Optimum efficiency control of interior permanent magnet synchronous motors in drive trains of electric and hybrid vehicles

Abstract

In automotive traction applications the interior permanent magnet synchronous motor (IPMSM) is preferentially chosen as traction drive due to its high torque and power densities. In drive trains of electrical vehicles (EV) and most hybrid electrical vehicles (HEV) the traction motor is operated in torque controlled mode. In a field-oriented control scheme an operation point selection strategy is required to choose appropriate current setpoints to generate the requested torque with high precision and optimal efficiency. In this paper the potential to improve the efficiency by operating a motor with minimum overall losses instead of minimum current per torque is investigated. The interaction between the motors loss characteristic, the impact of the voltage limit and the relevance of operation points for vehicle operation is explored theoretically and based on loss measurements.
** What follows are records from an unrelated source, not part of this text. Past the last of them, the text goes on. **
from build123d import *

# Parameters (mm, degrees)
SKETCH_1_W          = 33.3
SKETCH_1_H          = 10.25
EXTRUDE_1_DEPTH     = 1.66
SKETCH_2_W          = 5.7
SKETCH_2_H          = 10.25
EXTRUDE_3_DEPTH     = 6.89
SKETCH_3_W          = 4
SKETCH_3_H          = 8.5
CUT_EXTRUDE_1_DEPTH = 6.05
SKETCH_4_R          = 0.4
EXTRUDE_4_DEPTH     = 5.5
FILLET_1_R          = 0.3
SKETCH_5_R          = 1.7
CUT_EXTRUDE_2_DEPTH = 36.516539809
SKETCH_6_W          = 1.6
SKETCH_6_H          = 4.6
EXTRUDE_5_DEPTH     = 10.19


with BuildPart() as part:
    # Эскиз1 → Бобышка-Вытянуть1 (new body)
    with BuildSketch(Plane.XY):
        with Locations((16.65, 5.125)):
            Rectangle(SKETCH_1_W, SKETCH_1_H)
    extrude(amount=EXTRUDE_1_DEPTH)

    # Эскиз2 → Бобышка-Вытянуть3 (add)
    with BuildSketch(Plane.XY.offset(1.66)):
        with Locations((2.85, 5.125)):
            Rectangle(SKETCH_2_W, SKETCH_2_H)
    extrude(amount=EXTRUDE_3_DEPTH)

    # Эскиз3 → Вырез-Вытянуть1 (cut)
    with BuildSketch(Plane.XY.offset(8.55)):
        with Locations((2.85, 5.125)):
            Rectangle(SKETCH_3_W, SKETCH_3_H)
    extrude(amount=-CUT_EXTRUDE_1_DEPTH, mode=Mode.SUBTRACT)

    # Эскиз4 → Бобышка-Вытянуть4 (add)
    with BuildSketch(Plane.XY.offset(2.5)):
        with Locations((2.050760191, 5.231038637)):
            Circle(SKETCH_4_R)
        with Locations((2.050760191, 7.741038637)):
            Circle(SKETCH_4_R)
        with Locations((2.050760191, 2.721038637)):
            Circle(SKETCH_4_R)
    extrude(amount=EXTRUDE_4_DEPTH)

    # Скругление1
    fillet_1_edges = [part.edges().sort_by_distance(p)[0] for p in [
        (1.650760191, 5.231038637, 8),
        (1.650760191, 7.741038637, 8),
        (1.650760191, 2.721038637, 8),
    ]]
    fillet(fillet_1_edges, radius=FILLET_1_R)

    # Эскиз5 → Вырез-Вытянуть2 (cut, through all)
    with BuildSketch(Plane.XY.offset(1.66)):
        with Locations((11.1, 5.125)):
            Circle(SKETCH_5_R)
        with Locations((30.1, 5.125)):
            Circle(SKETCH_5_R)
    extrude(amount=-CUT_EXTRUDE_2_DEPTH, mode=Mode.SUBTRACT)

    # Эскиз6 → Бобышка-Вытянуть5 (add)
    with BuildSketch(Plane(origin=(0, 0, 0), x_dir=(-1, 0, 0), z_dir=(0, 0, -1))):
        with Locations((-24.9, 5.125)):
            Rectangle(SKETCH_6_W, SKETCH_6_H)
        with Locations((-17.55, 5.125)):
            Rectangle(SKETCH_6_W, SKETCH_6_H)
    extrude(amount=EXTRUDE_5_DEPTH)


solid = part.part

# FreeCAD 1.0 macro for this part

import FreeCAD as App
import Part
import Sketcher
Q = App.Units.Quantity


def edges_at(feature, points):
    """Names of the edges that pass closest to the given points."""
    edges = feature.Shape.Edges
    near = lambda p: min(range(len(edges)), key=lambda i: edges[i].distToShape(Part.Vertex(*p))[0])
    return sorted({f"Edge{near(p) + 1}" for p in points})

doc = App.newDocument("Part")
params = doc.addObject("Spreadsheet::Sheet", "Params")
for row, (alias, value) in enumerate([
    ("sketch1_width", "33.3 mm"),
    ("sketch1_height", "10.25 mm"),
    ("pad1_length", "1.66 mm"),
    ("sketch2_width", "5.7 mm"),
    ("sketch2_height", "10.25 mm"),
    ("pad2_length", "6.89 mm"),
    ("sketch3_width", "4 mm"),
    ("sketch3_height", "8.5 mm"),
    ("pocket1_length", "6.05 mm"),
    ("sketch4_diameter", "0.8 mm"),
    ("pad3_length", "5.5 mm"),
    ("fillet_radius", "0.3 mm"),
    ("sketch5_diameter", "3.4 mm"),
    ("sketch6_width", "1.6 mm"),
    ("sketch6_height", "4.6 mm"),
    ("pad4_length", "10.19 mm"),
], start=1):
    params.set(f"A{row}", alias)
    params.set(f"B{row}", "=" + value)
    params.setAlias(f"B{row}", alias)

body = doc.addObject("PartDesign::Body", "Body")

# Sketch on XY plane
sketch1 = body.newObject("Sketcher::SketchObject", "Sketch")
sketch1.AttachmentSupport = (doc.getObject("XY_Plane"), [""])
sketch1.MapMode = "FlatFace"
sketch1.addGeometry([
    Part.LineSegment(App.Vector(0, 10, 0), App.Vector(0, 0, 0)),
    Part.LineSegment(App.Vector(0, 0, 0), App.Vector(33, 0, 0)),
    Part.LineSegment(App.Vector(33, 0, 0), App.Vector(33, 10, 0)),
    Part.LineSegment(App.Vector(33, 10, 0), App.Vector(0, 10, 0)),
], False)
sketch1.addConstraint([
    Sketcher.Constraint("Coincident", 0, 2, 1, 1),
    Sketcher.Constraint("Coincident", 1, 2, 2, 1),
    Sketcher.Constraint("Coincident", 2, 2, 3, 1),
    Sketcher.Constraint("Coincident", 3, 2, 0, 1),
    Sketcher.Constraint("Vertical", 0),
    Sketcher.Constraint("Horizontal", 1),
    Sketcher.Constraint("Vertical", 2),
    Sketcher.Constraint("Horizontal", 3),
    Sketcher.Constraint("Coincident", 0, 2, -1, 1),
    Sketcher.Constraint("DistanceX", 1, 1, 1, 2, Q("33.3 mm")),
    Sketcher.Constraint("DistanceY", 0, 2, 0, 1, Q("10.25 mm")),
])
sketch1.setExpression("Constraints[9]", "Params.sketch1_width")
sketch1.setExpression("Constraints[10]", "Params.sketch1_height")
pad1 = body.newObject("PartDesign::Pad", "Pad")
pad1.Profile = sketch1
pad1.setExpression("Length", "Params.pad1_length")

# Sketch on XY plane
sketch2 = body.newObject("Sketcher::SketchObject", "Sketch001")
sketch2.AttachmentSupport = (doc.getObject("XY_Plane"), [""])
sketch2.MapMode = "FlatFace"
sketch2.AttachmentOffset = App.Placement(App.Vector(0, 0, 1.66), App.Rotation())
sketch2.addGeometry([
    Part.LineSegment(App.Vector(0, 10, 0), App.Vector(0, 0, 0)),
    Part.LineSegment(App.Vector(0, 0, 0), App.Vector(6, 0, 0)),
    Part.LineSegment(App.Vector(6, 0, 0), App.Vector(6, 10, 0)),
    Part.LineSegment(App.Vector(6, 10, 0), App.Vector(0, 10, 0)),
], False)
sketch2.addConstraint([
    Sketcher.Constraint("Coincident", 0, 2, 1, 1),
    Sketcher.Constraint("Coincident", 1, 2, 2, 1),
    Sketcher.Constraint("Coincident", 2, 2, 3, 1),
    Sketcher.Constraint("Coincident", 3, 2, 0, 1),
    Sketcher.Constraint("Vertical", 0),
    Sketcher.Constraint("Horizontal", 1),
    Sketcher.Constraint("Vertical", 2),
    Sketcher.Constraint("Horizontal", 3),
    Sketcher.Constraint("Coincident", 0, 2, -1, 1),
    Sketcher.Constraint("DistanceX", 1, 1, 1, 2, Q("5.7 mm")),
    Sketcher.Constraint("DistanceY", 0, 2, 0, 1, Q("10.25 mm")),
])
sketch2.setExpression("Constraints[9]", "Params.sketch2_width")
sketch2.setExpression("Constraints[10]", "Params.sketch2_height")
pad2 = body.newObject("PartDesign::Pad", "Pad001")
pad2.Profile = sketch2
pad2.setExpression("Length", "Params.pad2_length")

# Sketch on XY plane
sketch3 = body.newObject("Sketcher::SketchObject", "Sketch002")
sketch3.AttachmentSupport = (doc.getObject("XY_Plane"), [""])
sketch3.MapMode = "FlatFace"
sketch3.AttachmentOffset = App.Placement(App.Vector(0, 0, 8.55), App.Rotation())
sketch3.addGeometry([
    Part.LineSegment(App.Vector(0.8, 9.4, 0), App.Vector(0.8, 0.9, 0)),
    Part.LineSegment(App.Vector(0.8, 0.9, 0), App.Vector(4.8, 0.9, 0)),
    Part.LineSegment(App.Vector(4.8, 0.9, 0), App.Vector(4.8, 9.4, 0)),
    Part.LineSegment(App.Vector(4.8, 9.4, 0), App.Vector(0.8, 9.4, 0)),
], False)
sketch3.addConstraint([
    Sketcher.Constraint("Coincident", 0, 2, 1, 1),
    Sketcher.Constraint("Coincident", 1, 2, 2, 1),
    Sketcher.Constraint("Coincident", 2, 2, 3, 1),
    Sketcher.Constraint("Coincident", 3, 2, 0, 1),
    Sketcher.Constraint("Vertical", 0),
    Sketcher.Constraint("Horizontal", 1),
    Sketcher.Constraint("Vertical", 2),
    Sketcher.Constraint("Horizontal", 3),
    Sketcher.Constraint("DistanceX", 1, 1, 1, 2, Q("4 mm")),
    Sketcher.Constraint("DistanceY", 0, 2, 0, 1, Q("8.5 mm")),
    Sketcher.Constraint("DistanceX", -1, 1, 0, 2, Q("0.85 mm")),
    Sketcher.Constraint("DistanceY", -1, 1, 0, 2, Q("0.875 mm")),
])
sketch3.setExpression("Constraints[8]", "Params.sketch3_width")
sketch3.setExpression("Constraints[9]", "Params.sketch3_height")
pocket1 = body.newObject("PartDesign::Pocket", "Pocket")
pocket1.Profile = sketch3
pocket1.setExpression("Length", "Params.pocket1_length")

# Sketch on XY plane
sketch4 = body.newObject("Sketcher::SketchObject", "Sketch003")
sketch4.AttachmentSupport = (doc.getObject("XY_Plane"), [""])
sketch4.MapMode = "FlatFace"
sketch4.AttachmentOffset = App.Placement(App.Vector(0, 0, 2.5), App.Rotation())
sketch4.addGeometry([
    Part.Circle(App.Vector(2.05, 5.23, 0), App.Vector(0, 0, 1), 0.4),
    Part.Circle(App.Vector(2.05, 7.74, 0), App.Vector(0, 0, 1), 0.4),
    Part.Circle(App.Vector(2.05, 2.72, 0), App.Vector(0, 0, 1), 0.4),
], False)
sketch4.addConstraint([
    Sketcher.Constraint("Equal", 0, 1),
    Sketcher.Constraint("Equal", 1, 2),
    Sketcher.Constraint("Vertical", 0, 3, 1, 3),
    Sketcher.Constraint("Vertical", 1, 3, 2, 3),
    Sketcher.Constraint("Diameter", 0, Q("0.8 mm")),
    Sketcher.Constraint("DistanceY", 0, 3, 1, 3, Q("2.51 mm")),
    Sketcher.Constraint("DistanceY", 2, 3, 0, 3, Q("2.51 mm")),
    Sketcher.Constraint("DistanceX", -1, 1, 0, 3, Q("2.05076 mm")),
    Sketcher.Constraint("DistanceY", -1, 1, 0, 3, Q("5.231039 mm")),
])
sketch4.setExpression("Constraints[4]", "Params.sketch4_diameter")
pad3 = body.newObject("PartDesign::Pad", "Pad002")
pad3.Profile = sketch4
pad3.setExpression("Length", "Params.pad3_length")
doc.recompute()

fillet = body.newObject("PartDesign::Fillet", "Fillet")
fillet.Base = (pad3, edges_at(pad3, [(1.651, 5.231, 8), (1.651, 7.741, 8), (1.651, 2.721, 8)]))
fillet.setExpression("Radius", "Params.fillet_radius")

# Sketch on XY plane
sketch5 = body.newObject("Sketcher::SketchObject", "Sketch004")
sketch5.AttachmentSupport = (doc.getObject("XY_Plane"), [""])
sketch5.MapMode = "FlatFace"
sketch5.AttachmentOffset = App.Placement(App.Vector(0, 0, 1.66), App.Rotation())
sketch5.addGeometry([
    Part.Circle(App.Vector(11.1, 5.1, 0), App.Vector(0, 0, 1), 1.7),
    Part.Circle(App.Vector(30.1, 5.1, 0), App.Vector(0, 0, 1), 1.7),
], False)
sketch5.addConstraint([
    Sketcher.Constraint("Equal", 0, 1),
    Sketcher.Constraint("Horizontal", 0, 3, 1, 3),
    Sketcher.Constraint("Diameter", 0, Q("3.4 mm")),
    Sketcher.Constraint("DistanceX", 0, 3, 1, 3, Q("19 mm")),
    Sketcher.Constraint("DistanceX", -1, 1, 0, 3, Q("11.1 mm")),
    Sketcher.Constraint("DistanceY", -1, 1, 0, 3, Q("5.125 mm")),
])
sketch5.setExpression("Constraints[2]", "Params.sketch5_diameter")
pocket2 = body.newObject("PartDesign::Pocket", "Pocket001")
pocket2.Profile = sketch5
pocket2.Type = "ThroughAll"

# Sketch on XY plane
sketch6 = body.newObject("Sketcher::SketchObject", "Sketch005")
sketch6.AttachmentSupport = (doc.getObject("XY_Plane"), [""])
sketch6.MapMode = "FlatFace"
sketch6.addGeometry([
    Part.LineSegment(App.Vector(25.7, 7.4, 0), App.Vector(25.7, 2.8, 0)),  # 0
    Part.LineSegment(App.Vector(25.7, 2.8, 0), App.Vector(24.1, 2.8, 0)),  # 1
    Part.LineSegment(App.Vector(24.1, 2.8, 0), App.Vector(24.1, 7.4, 0)),  # 2
    Part.LineSegment(App.Vector(24.1, 7.4, 0), App.Vector(25.7, 7.4, 0)),  # 3
    Part.LineSegment(App.Vector(18.4, 7.4, 0), App.Vector(18.4, 2.8, 0)),  # 4
    Part.LineSegment(App.Vector(18.4, 2.8, 0), App.Vector(16.8, 2.8, 0)),  # 5
    Part.LineSegment(App.Vector(16.8, 2.8, 0), App.Vector(16.8, 7.4, 0)),  # 6
    Part.LineSegment(App.Vector(16.8, 7.4, 0), App.Vector(18.4, 7.4, 0)),  # 7
], False)
sketch6.addConstraint([
    Sketcher.Constraint("Coincident", 0, 2, 1, 1),
    Sketcher.Constraint("Coincident", 1, 2, 2, 1),
    Sketcher.Constraint("Coincident", 2, 2, 3, 1),
    Sketcher.Constraint("Coincident", 3, 2, 0, 1),
    Sketcher.Constraint("Coincident", 4, 2, 5, 1),
    Sketcher.Constraint("Coincident", 5, 2, 6, 1),
    Sketcher.Constraint("Coincident", 6, 2, 7, 1),
    Sketcher.Constraint("Coincident", 7, 2, 4, 1),
    Sketcher.Constraint("Vertical", 0),
    Sketcher.Constraint("Horizontal", 1),
    Sketcher.Constraint("Vertical", 2),
    Sketcher.Constraint("Horizontal", 3),
    Sketcher.Constraint("Vertical", 4),
    Sketcher.Constraint("Horizontal", 5),
    Sketcher.Constraint("Vertical", 6),
    Sketcher.Constraint("Horizontal", 7),
    Sketcher.Constraint("Horizontal", 1, 2, 4, 2),
    Sketcher.Constraint("Horizontal", 3, 2, 6, 2),
    Sketcher.Constraint("Equal", 3, 5),
    Sketcher.Constraint("DistanceX", 1, 2, 1, 1, Q("1.6 mm")),
    Sketcher.Constraint("DistanceY", 0, 2, 0, 1, Q("4.6 mm")),
    Sketcher.Constraint("DistanceX", -1, 1, 0, 2, Q("25.7 mm")),
    Sketcher.Constraint("DistanceX", -1, 1, 4, 2, Q("18.35 mm")),
    Sketcher.Constraint("DistanceY", -1, 1, 0, 2, Q("2.825 mm")),
])
sketch6.setExpression("Constraints[19]", "Params.sketch6_width")
sketch6.setExpression("Constraints[20]", "Params.sketch6_height")
pad4 = body.newObject("PartDesign::Pad", "Pad003")
pad4.Profile = sketch6
pad4.setExpression("Length", "Params.pad4_length")
pad4.Reversed = True

doc.recompute()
It is shown, that the losses can potentially be reduced at medium to high motor speeds with moderate torque requirements. This operation range corresponds to traveling with constant medium to high speed and slight acceleration and deceleration in electric vehicles. As well most operation points of the New European Driving Cycle (NEDC) and the Worldwide harmonized Light vehicles Test Procedure (WLTP) are in that operation range due to the moderate accelerations and decelerations in both driving cycles.